Kubelet: handles requests to the containers, manages resources and looks after the local nodes
The Kube-proxy creates and manages networking rules — to expose container on the network
-
kubelet
Each node has a container runtime e.g. the Docker engine installed. The kubelet is used to interact with the Docker Engine and to ensure that the containers that need to run are actually running.
Additionally, it does a lot of the work for the worker nodes; such as accepting API calls for the Pods specifications that are either provided in JSON or YAML.
Once the specifications are received, it will take care of configuring the nodes until the specifications have been met
Should a Pod require access to storage, Secrets or ConfigMaps, the kubelet will ensure access or creation. It also sends back status to the kube-apiserver for eventual persistence.
-
kube-proxy
The kube-proxy is responsible for managing the network connectivity to containers.
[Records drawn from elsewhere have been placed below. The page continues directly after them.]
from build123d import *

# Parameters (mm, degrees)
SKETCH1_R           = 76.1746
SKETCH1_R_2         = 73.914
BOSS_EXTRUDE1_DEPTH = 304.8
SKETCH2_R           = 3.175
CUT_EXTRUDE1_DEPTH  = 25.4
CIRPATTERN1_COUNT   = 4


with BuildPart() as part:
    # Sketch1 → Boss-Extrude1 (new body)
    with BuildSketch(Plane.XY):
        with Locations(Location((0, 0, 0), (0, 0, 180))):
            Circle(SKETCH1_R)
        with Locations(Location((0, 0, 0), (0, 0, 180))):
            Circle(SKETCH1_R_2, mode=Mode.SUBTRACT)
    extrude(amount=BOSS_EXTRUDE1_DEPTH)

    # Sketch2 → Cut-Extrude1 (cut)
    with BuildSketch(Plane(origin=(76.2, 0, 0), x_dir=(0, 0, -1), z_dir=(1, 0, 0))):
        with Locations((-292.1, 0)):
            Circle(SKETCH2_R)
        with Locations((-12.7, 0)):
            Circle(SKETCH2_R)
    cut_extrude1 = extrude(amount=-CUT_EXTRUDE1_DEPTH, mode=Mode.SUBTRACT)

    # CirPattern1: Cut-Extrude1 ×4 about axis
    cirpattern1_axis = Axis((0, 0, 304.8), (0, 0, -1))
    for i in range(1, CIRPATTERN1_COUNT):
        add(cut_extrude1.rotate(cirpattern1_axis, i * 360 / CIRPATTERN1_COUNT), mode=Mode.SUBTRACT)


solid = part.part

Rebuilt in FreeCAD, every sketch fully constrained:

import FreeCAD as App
import Part
import Sketcher
from FreeCAD import Vector
Q = App.Units.Quantity

doc = App.newDocument("Part")
body = doc.addObject("PartDesign::Body", "Body")

# Sketch on XY plane
sketch1 = body.newObject("Sketcher::SketchObject", "Sketch")
sketch1.AttachmentSupport = (doc.getObject("XY_Plane"), [""])
sketch1.MapMode = "FlatFace"
sketch1.addGeometry([
    Part.Circle(Vector(0, 0, 0), Vector(0, 0, 1), 76.1746),
    Part.Circle(Vector(0, 0, 0), Vector(0, 0, 1), 73.914),
], False)
sketch1.addConstraint([
    Sketcher.Constraint("Coincident", 0, 3, -1, 1),
    Sketcher.Constraint("Coincident", 1, 3, -1, 1),
    Sketcher.Constraint("Diameter", 1, Q("5.82 in")),
    Sketcher.Constraint("Diameter", 0, Q("5.998 in")),
])
pad1 = body.newObject("PartDesign::Pad", "Pad")
pad1.Profile = sketch1
pad1.Length = Q("12 in")

# Sketch on YZ plane
sketch2 = body.newObject("Sketcher::SketchObject", "Sketch001")
sketch2.AttachmentSupport = (doc.getObject("YZ_Plane"), [""])
sketch2.MapMode = "FlatFace"
sketch2.AttachmentOffset = App.Placement(Vector(0, 0, 3 * 25.4), App.Rotation())
sketch2.addGeometry([
    Part.Circle(Vector(0, 292.1, 0), Vector(0, 0, 1), 3.175),
    Part.Circle(Vector(0, 12.7, 0), Vector(0, 0, 1), 3.175),
], False)
sketch2.addConstraint([
    Sketcher.Constraint("Equal", 0, 1),
    Sketcher.Constraint("PointOnObject", 0, 3, -2),
    Sketcher.Constraint("PointOnObject", 1, 3, -2),
    Sketcher.Constraint("Diameter", 0, Q("0.25 in")),
    Sketcher.Constraint("DistanceY", 1, 3, 0, 3, Q("11 in")),
    Sketcher.Constraint("DistanceY", -1, 1, 0, 3, Q("11.5 in")),
])
pocket1 = body.newObject("PartDesign::Pocket", "Pocket")
pocket1.Profile = sketch2
pocket1.Length = Q("1 in")
doc.recompute()

polarpattern = body.newObject("PartDesign::PolarPattern", "PolarPattern")
polarpattern.Originals = [pocket1]
polarpattern.Axis = (doc.getObject("Z_Axis"), [""])
polarpattern.Angle = 360
polarpattern.Occurrences = 4
body.Tip = polarpattern

doc.recompute()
To do that is has iptables.
"iptables is a user-space utility program that allows a system administrator to configure the IP packet filter rules of the Linux kernel firewall, implemented as different Netfilter modules."
Additional options are the use of namespaces to monitor services and endpoints, or ipvs to replace the use of iptables
To easily manage thousands of Pods across hundreds of nodes can be a difficult task to manage. To make management easier, we can use labels, arbitrary strings which become part of the object metadata. These can then be used when checking or changing the state of objects without having to know individual names or UIDs. Nodes can have taints to discourage Pod assignments, unless the Pod has a toleration in its metadata.
Multi-tenancy
When multiple-users are able to access the same cluster
Additional security measures can be taken through either of the following:
-
Namespaces: Namespaces can be used to "divide the cluster"; additional permissions can be set on each namespace; note that two objects cannot have the same name in the same namespace
-
Context: A combination of user, cluster name and namespace; this allows you to restrict the cluster between permissions and restrictions. This information is referenced by ~/.kube/config
Can be checked with
kubectl config view
-
Resource Limits: Provide a way to limit the resources that are provided for a specific pod
-
Pod Security Policies: "A policy to limit the ability of pods to elevate permissions or modify the node upon which they are scheduled. This wide-ranging limitation may prevent a pod from operating properly. The use of PSPs may be replaced by Open Policy Agent in the future."
-
Network Policies: The ability to have an inside-the-cluster firewall. Ingress and Egress traffic can be limited according to namespaces and labels as well as typical network traffic characteristics.